Als God bestaat, denk ik wel, dan heeft hij de narcistische persoonlijkheidsstoornis. Hij vindt zichzelf geweldig, maar zit niet veel in met zijn schepsels. Zulke dingen zeg ik niet aan mijn dochter. Ik ben muggengaas tussen haar en de wereld. Ik hou vliegend ongedierte uit de buurt en zorg dat haar nachtrust onverstoord is.

Celibatair ben ik niet geworden. Wel droom ik soms nog van een vrouw die godvruchtig en trouw is.

Terwijl ik mij nog muggengaas voel, komen mijn dochter en ik alweer op een zondoorspikkeld plein uit. Daar staat een groene meneer die vogelpoep op zijn hoofd heeft.
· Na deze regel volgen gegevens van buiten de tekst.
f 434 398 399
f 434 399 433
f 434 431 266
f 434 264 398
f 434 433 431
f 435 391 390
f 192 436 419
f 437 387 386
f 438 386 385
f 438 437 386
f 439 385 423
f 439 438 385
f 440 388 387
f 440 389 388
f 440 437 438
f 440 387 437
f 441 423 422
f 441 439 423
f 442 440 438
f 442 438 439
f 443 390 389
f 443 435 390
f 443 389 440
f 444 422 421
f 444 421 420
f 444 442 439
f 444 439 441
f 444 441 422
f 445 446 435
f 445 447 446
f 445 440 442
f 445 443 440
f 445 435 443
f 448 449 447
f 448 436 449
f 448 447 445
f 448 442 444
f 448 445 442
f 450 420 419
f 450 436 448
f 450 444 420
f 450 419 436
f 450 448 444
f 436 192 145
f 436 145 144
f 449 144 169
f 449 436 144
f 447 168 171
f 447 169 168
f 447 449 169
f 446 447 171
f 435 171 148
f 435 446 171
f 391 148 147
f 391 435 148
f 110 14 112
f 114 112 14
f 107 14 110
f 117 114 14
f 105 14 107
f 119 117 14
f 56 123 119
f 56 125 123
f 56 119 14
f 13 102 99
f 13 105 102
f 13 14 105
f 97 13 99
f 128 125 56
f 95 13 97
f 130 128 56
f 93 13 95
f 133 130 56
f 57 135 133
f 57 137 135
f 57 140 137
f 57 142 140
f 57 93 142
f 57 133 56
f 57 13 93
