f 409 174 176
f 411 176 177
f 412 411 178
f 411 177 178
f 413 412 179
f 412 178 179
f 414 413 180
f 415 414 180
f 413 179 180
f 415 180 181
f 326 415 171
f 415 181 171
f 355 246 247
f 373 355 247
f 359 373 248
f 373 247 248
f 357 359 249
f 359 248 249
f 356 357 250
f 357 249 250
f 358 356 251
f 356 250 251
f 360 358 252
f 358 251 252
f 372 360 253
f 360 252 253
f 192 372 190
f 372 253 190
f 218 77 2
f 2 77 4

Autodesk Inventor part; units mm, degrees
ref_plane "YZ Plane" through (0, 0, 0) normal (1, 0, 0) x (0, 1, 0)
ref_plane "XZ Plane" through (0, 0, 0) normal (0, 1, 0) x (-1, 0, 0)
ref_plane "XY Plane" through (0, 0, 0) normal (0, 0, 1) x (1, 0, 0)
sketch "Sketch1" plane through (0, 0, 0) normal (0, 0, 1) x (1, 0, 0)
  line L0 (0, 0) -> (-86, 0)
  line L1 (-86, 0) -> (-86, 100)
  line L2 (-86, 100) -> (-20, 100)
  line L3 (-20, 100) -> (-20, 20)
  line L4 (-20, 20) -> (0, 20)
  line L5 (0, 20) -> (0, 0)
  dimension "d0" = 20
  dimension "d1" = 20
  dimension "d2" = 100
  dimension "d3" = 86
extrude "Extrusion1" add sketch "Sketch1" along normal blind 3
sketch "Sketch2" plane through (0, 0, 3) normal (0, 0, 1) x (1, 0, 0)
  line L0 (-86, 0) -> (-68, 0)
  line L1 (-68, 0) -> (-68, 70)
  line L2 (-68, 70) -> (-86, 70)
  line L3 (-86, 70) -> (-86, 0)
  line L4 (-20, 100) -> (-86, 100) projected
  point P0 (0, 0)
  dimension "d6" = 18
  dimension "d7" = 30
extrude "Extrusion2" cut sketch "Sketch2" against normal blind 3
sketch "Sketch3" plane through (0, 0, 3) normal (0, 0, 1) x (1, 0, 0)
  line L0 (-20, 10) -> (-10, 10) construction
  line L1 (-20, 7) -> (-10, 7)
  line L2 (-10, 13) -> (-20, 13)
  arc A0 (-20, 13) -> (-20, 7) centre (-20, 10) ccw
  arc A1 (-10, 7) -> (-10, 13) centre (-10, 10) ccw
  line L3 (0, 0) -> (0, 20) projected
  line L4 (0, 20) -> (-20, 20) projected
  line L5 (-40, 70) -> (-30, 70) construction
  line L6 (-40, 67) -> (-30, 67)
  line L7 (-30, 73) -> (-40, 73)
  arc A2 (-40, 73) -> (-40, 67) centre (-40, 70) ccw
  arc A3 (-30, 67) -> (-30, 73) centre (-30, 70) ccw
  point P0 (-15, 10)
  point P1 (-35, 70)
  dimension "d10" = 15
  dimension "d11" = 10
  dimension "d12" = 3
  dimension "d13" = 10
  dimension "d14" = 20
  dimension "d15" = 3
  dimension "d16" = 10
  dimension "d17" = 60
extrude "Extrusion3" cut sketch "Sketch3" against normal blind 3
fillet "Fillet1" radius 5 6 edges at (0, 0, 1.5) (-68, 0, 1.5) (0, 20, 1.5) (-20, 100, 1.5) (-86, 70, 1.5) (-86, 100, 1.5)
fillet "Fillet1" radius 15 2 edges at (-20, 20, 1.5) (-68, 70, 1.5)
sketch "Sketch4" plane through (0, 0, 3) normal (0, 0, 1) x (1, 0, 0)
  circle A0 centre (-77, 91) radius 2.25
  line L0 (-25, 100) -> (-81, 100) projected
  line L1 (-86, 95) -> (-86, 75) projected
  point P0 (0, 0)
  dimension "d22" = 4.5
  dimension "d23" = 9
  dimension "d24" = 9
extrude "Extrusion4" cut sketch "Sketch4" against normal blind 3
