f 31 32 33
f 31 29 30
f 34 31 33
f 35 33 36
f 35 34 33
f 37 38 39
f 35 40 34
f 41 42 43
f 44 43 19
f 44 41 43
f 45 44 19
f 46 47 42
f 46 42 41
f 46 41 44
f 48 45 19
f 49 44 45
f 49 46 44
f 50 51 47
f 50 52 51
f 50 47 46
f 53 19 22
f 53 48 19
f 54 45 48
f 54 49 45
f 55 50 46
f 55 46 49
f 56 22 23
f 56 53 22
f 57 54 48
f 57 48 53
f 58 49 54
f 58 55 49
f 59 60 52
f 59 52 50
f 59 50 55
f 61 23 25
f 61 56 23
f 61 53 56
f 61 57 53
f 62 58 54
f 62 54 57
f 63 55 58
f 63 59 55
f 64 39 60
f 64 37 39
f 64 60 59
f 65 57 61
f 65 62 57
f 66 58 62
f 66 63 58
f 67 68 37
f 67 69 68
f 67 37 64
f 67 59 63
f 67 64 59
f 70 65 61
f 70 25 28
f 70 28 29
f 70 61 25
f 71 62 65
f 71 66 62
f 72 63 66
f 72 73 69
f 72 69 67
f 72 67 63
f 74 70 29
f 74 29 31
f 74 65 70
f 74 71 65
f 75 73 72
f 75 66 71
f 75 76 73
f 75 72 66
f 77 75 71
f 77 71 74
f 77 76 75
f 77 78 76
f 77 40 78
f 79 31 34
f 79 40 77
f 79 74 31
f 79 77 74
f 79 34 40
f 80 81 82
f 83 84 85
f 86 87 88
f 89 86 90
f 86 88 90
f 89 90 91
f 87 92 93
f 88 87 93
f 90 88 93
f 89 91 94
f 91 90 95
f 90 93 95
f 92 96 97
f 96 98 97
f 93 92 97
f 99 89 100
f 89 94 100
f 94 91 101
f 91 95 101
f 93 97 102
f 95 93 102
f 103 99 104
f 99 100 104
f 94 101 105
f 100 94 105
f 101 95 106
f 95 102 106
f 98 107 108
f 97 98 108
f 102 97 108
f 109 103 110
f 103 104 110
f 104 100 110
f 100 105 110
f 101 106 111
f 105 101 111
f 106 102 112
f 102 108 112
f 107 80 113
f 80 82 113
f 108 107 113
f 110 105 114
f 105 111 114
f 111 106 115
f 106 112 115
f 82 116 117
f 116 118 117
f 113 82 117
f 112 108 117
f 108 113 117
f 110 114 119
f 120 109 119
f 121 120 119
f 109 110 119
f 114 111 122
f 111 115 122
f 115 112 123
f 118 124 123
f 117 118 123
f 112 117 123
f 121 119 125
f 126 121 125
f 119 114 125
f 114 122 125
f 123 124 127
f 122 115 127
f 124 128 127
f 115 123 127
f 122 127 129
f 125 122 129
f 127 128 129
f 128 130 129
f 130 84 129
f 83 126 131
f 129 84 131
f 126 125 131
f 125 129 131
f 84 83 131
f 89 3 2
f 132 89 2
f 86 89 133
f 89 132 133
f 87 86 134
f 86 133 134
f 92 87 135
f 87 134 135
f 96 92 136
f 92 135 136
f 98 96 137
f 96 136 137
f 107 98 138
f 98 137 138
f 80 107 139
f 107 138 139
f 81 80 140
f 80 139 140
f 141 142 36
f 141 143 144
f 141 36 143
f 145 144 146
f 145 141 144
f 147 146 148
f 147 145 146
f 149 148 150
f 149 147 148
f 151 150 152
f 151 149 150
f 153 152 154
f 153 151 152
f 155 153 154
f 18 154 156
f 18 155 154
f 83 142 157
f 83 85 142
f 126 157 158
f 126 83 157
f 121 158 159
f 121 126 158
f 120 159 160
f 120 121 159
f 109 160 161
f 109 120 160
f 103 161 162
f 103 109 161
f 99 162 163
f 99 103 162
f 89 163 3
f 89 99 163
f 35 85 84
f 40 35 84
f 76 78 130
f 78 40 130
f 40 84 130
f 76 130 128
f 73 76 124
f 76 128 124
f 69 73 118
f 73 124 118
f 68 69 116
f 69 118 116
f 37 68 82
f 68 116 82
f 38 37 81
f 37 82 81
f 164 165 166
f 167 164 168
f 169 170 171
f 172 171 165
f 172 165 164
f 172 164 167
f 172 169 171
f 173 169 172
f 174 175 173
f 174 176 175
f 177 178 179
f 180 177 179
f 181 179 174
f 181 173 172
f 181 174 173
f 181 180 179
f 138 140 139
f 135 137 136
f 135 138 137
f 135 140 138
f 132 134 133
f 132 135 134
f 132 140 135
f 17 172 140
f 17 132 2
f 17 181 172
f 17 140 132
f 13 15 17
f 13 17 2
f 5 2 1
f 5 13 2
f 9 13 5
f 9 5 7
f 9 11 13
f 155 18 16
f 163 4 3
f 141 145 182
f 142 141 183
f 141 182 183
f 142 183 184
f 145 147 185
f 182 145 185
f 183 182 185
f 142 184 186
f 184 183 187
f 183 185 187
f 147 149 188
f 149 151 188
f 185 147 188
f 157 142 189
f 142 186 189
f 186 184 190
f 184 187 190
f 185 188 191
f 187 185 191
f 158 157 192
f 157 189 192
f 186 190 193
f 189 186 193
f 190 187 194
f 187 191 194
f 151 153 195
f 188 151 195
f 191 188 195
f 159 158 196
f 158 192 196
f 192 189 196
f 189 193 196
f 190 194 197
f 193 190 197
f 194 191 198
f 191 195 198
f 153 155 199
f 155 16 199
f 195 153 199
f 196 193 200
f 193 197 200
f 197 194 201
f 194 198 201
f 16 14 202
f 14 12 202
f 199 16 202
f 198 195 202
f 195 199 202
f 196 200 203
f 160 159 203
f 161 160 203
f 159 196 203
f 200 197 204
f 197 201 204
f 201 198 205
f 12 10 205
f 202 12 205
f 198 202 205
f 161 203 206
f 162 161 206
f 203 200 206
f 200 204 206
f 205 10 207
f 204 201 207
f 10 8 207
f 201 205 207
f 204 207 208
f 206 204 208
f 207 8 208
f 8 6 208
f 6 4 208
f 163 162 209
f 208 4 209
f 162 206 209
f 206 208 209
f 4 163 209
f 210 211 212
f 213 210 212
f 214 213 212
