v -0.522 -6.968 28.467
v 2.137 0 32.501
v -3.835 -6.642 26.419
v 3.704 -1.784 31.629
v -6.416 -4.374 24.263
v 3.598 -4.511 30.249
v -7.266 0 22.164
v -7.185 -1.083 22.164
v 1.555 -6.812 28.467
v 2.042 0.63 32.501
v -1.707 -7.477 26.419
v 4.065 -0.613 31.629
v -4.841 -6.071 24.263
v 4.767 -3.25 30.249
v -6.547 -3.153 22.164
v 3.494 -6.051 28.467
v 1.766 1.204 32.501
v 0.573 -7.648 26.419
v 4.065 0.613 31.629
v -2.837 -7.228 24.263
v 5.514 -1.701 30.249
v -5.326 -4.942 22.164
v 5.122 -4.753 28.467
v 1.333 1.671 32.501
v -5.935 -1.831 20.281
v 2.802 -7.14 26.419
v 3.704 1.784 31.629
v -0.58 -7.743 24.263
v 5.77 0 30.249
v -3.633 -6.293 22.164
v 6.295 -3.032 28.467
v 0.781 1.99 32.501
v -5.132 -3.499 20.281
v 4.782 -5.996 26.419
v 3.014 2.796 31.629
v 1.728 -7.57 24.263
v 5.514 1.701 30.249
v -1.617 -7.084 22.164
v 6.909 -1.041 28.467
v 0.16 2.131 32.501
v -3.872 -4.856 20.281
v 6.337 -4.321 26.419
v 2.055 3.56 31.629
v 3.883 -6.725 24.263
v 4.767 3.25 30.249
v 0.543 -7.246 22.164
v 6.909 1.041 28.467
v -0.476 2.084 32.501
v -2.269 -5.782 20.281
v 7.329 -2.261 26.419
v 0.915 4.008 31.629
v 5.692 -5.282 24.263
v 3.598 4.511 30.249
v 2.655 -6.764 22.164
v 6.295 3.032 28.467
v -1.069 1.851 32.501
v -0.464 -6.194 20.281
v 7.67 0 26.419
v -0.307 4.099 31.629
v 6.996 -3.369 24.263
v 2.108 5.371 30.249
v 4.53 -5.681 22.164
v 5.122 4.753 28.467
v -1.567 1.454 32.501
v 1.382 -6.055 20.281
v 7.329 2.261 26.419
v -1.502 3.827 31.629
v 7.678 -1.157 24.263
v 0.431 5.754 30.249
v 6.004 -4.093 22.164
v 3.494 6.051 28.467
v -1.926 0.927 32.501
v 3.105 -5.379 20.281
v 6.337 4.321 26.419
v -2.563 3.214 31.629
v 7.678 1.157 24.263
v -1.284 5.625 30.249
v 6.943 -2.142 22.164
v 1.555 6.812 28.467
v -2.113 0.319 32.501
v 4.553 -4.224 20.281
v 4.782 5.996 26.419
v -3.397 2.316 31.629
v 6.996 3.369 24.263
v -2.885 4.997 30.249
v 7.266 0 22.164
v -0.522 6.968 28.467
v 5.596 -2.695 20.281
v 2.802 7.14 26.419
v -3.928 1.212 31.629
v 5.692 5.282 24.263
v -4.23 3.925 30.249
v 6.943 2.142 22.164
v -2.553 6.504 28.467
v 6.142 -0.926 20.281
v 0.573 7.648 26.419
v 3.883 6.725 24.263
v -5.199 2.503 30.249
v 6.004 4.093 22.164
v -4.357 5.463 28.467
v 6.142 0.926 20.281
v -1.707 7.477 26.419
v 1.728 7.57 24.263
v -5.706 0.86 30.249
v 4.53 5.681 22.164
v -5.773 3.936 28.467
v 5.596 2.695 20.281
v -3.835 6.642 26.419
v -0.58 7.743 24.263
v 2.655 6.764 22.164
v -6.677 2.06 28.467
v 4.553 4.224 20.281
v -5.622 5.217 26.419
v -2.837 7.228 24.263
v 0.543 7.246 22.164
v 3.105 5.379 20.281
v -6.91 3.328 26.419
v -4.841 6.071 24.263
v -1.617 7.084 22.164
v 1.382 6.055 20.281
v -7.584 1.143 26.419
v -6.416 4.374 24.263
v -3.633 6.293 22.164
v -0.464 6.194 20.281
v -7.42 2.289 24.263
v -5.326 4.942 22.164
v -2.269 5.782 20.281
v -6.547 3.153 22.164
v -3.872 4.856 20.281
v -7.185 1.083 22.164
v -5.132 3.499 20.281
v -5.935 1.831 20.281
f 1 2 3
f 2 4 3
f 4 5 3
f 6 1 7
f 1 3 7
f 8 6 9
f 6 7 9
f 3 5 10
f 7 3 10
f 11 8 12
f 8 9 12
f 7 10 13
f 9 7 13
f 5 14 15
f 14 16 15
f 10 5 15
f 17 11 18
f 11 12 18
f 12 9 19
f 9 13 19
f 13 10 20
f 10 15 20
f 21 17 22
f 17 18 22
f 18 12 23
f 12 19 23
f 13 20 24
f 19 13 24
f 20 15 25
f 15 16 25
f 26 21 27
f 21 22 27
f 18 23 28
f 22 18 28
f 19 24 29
Zij wil weten wat dat moet voorstellen. ‘Toondichter’, lees ik op het voetstuk. Ik zeg dat hij muziek schreef waar niemand nog naar luistert. Zij vindt dat een rare reden om voor altijd op de daken van auto’s te moeten neerkijken.

Thuisgekomen kijkt zij op YouTube naar filmpjes waarin met veel zorg en passie slijm bereid wordt. Haar zus zegt dat slijm nu toch al een hele tijd uit is. Terwijl de kat op haar staart jaagt, trek ik mij met de krant terug in het groene zeteltje. Op de voorpagina staat een lachend kakske. Ik lees: ‘professor Danny De Looze, bekend van stoelgangtransplantaties’.

Ik hoop dat de dag niet aan zwaarte ten onder gaat.